| Konu: | TAPU KANUNU VE KADASTRO KANUNUNDA DEĞİŞİKLİK YAPILMASINA İLİŞKİN KANUN TASARI VE TEKLİFİ |
| Yasama Yılı: | 2 |
| Birleşim: | 102 |
| Tarih: | 03.05.2012 |
AYTUN ÇIRAY (İzmir) - Değerli milletvekilleri, şimdi bu kanun üzerinde söylenmedik laf kalmadı aslında, herkes geldi burada tarihini anlattı, coğrafyasını anlattı, metrekaresini anlattı, fikirlerini anlattı. Bütün bu konuşmalardan çıkardığım özeti şöyle ifade etmek isterim: Bu kanun aslında bu Hükûmetin ekonomik politikalarının iflas etmesinin ikrarından ibarettir.
Değerli arkadaşlar, aynı zamanda bu, Standard and Poor's'tan daha önce ilan edilmiş bir ikrar, yani kendi kredi notunuzu kendiniz düşürdünüz aslında, onu söyleyeyim size. Bu aynı zamanda -keyfinizi çıkarın değerli arkadaşlar, bu ekonomik krizi hiç temenni etmiyoruz ama- sizin iktidarınızın sonudur ve bu iktidar süreçlerini keyifle yaşamanızı, bu süreci yaşamanızı temenni ediyorum.
Şimdi, değerli arkadaşlar, ben başka bir şey daha söylemek istiyorum. İki gündür Türkiye bir skandalla çalkalanıyor ve bu skandal çocuklarımıza içirilen sütle ortaya çıkarıldı. Okul Sütü Programı âdeta "okul çocuklarını zehirleme programına" dönüştü. Doğrusu, sabahtan beri bütün İnternet sitelerine, bütün televizyon kanallarına baktım, bugün -Çernobil skandalında olduğu gibi, merhum Cahit Aral'ın yaptığı gibi- acaba süt içen bir bakan fotoğrafı görecek miyim diye ama hiç kimse, bu bakanların hiçbirisi -ne Sağlık Bakanı ne de Tarım Bakanı- Cahit Aral kadar cesur çıkmadı, süt içen bakana rastlamadık. Bir ara, Sayın Mehmet Sağlam alelacele çıkınca acaba sabah süt içerek mi geldi diye de bir kuşku yaşadım doğrusu.
Şimdi, arkadaşlar, şaka bir yana, fıkra gibi bir durumla karşı karşıyayız. Bu kadar ciddi bir olay, 3-4 bin çocuk hastanelerde, şu anda benim aldığım haberlere göre hâlâ başka il ve ilçelerde problemler var ve buna karşılık, hadi Tarım Bakanını anlıyoruz, bilmediği bir konuda konuşmuş, bu işin zehirlenme olamayacağını, psikolojik olduğunu falan söylemiş ama bir sağlık bakanının çıkıp "Bu hazımsızlık şikâyetinden ortaya çıktı, diğerleri de bunu gördü, psikolojik olarak bozuldu, hepsi hastaneye gitti çocukların." demesi anlaşılır gibi değil. Neymiş, bu laktoz intoleransıymış. Ne demek laktoz intoleransı? Yani çocuklarda bir enzim yok, bu enzim olmadığı için süt dokunuyor. Peki, bu hastalığın görülme oranı kaçta kaç? Bin kişide 5 kişi. Demek ki AKP İktidarı, nasıl başarmışsa, bütün laktoz intoleranslı çocukları aynı okula göndermiş!
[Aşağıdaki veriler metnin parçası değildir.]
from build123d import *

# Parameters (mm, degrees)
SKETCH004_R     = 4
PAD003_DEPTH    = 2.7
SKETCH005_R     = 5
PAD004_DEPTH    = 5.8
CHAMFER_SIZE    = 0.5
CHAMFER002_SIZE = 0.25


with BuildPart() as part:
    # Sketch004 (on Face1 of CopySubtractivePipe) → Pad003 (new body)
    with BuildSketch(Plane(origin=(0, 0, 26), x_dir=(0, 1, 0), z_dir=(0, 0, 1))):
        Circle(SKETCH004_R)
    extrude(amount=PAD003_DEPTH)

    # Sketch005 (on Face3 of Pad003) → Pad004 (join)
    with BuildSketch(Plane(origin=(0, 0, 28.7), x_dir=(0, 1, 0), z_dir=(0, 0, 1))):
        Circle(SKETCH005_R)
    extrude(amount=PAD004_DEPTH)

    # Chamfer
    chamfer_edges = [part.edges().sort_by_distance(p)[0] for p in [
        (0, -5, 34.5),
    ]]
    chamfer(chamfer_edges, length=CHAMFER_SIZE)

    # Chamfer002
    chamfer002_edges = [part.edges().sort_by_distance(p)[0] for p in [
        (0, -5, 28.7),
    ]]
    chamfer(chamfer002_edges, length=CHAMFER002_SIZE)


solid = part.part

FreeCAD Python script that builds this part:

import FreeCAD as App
import Part
import Sketcher
from FreeCAD import Vector


def edges_at(feature, points):
    """Names of the edges that pass closest to the given points."""
    edges = feature.Shape.Edges
    near = lambda p: min(range(len(edges)), key=lambda i: edges[i].distToShape(Part.Vertex(*p))[0])
    return sorted({f"Edge{near(p) + 1}" for p in points})

doc = App.newDocument("Part")
params = doc.addObject("Spreadsheet::Sheet", "Params")
for row, (alias, value) in enumerate([
    ("sketch1_diameter", "8 mm"),
    ("pad1_length", "2.7 mm"),
    ("sketch2_diameter", "10 mm"),
    ("pad2_length", "5.8 mm"),
    ("chamfer_size", "0.5 mm"),
    ("chamfer2_size", "0.25 mm"),
], start=1):
    params.set(f"A{row}", alias)
    params.set(f"B{row}", "=" + value)
    params.setAlias(f"B{row}", alias)

body = doc.addObject("PartDesign::Body", "Body")

# Sketch on XY plane
sketch1 = doc.addObject("Sketcher::SketchObject", "Sketch")
body.addObject(sketch1)
sketch1.AttachmentSupport = (doc.XY_Plane, [""])
sketch1.MapMode = "FlatFace"
sketch1.AttachmentOffset = App.Placement(Vector(0, 0, 26), App.Rotation())
sketch1.addGeometry(Part.Circle(Vector(0, 0, 0), Vector(0, 0, 1), 4), False)
sketch1.addConstraint([
    Sketcher.Constraint("Coincident", 0, 3, -1, 1),
    Sketcher.Constraint("Diameter", 0, 8.0),
])
sketch1.setExpression("Constraints[1]", "Params.sketch1_diameter")
pad1 = doc.addObject("PartDesign::Pad", "Pad")
body.addObject(pad1)
pad1.Profile = sketch1
pad1.setExpression("Length", "Params.pad1_length")

# Sketch on XY plane
sketch2 = doc.addObject("Sketcher::SketchObject", "Sketch001")
body.addObject(sketch2)
sketch2.AttachmentSupport = (doc.XY_Plane, [""])
sketch2.MapMode = "FlatFace"
sketch2.AttachmentOffset = App.Placement(Vector(0, 0, 28.7), App.Rotation())
sketch2.addGeometry(Part.Circle(Vector(0, 0, 0), Vector(0, 0, 1), 5), False)
sketch2.addConstraint([
    Sketcher.Constraint("Coincident", 0, 3, -1, 1),
    Sketcher.Constraint("Diameter", 0, 10.0),
])
sketch2.setExpression("Constraints[1]", "Params.sketch2_diameter")
pad2 = doc.addObject("PartDesign::Pad", "Pad001")
body.addObject(pad2)
pad2.Profile = sketch2
pad2.setExpression("Length", "Params.pad2_length")
doc.recompute()

chamfer = doc.addObject("PartDesign::Chamfer", "Chamfer")
body.addObject(chamfer)
chamfer.Base = (pad2, edges_at(pad2, [(0, -5, 34.5)]))
chamfer.setExpression("Size", "Params.chamfer_size")
doc.recompute()

chamfer2 = doc.addObject("PartDesign::Chamfer", "Chamfer001")
body.addObject(chamfer2)
chamfer2.Base = (chamfer, edges_at(chamfer, [(0, -5, 28.7)]))
chamfer2.setExpression("Size", "Params.chamfer2_size")

doc.recompute()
İSMAİL TAMER (Kayseri) - Zehirlenme diyemezsiniz ama buna.
AYTUN ÇIRAY (Devamla) - Beyler, bunun savunulacak bir tarafı yok. Hani bu, problemleri örtbas etme işini çok iyi bilirsiniz, buna saygım var.
ÜNAL KACIR (İstanbul) - Niçin örtbas edelim bunu?
AYTUN ÇIRAY (Devamla) - 2005'te Ankara'da Temmuz ayında yaşanan kolera salgınını da iyi örtbas etmiştiniz ama şimdi buna izin vermeyeceğiz. Bu işe hep birlikte -çocuklarımızın meselesidir- partiler üstü bakıp bir ciddiyet içerisinde ele almak gerekir değerli arkadaşlar.
Bakın, şu ana kadar hiçbir laboratuvar sonucu Türk toplumuna açıklanmış değil. Bu gayri ciddi ve bu tür enfeksiyonları, yine bütün hekimler bilir ki, çoğu zaman "stafilokok" denilen bir mikrop yapar. Onun için, bu işin arkasından iyi gitmek lazım. Acaba sizin savunmanız gereken? Şu kararı vereceksiniz: Siz çocukları mı savunmalısınız yoksa bu işe girmiş, ihaleyi almış müteahhitleri mi savunmalısınız? Yani listeye baktım, her yerde olduğu gibi orada da bir tane "ak" var. Bu işlerin sonucu, işte böyle yanlış işler Allah tarafından ters çevrilir.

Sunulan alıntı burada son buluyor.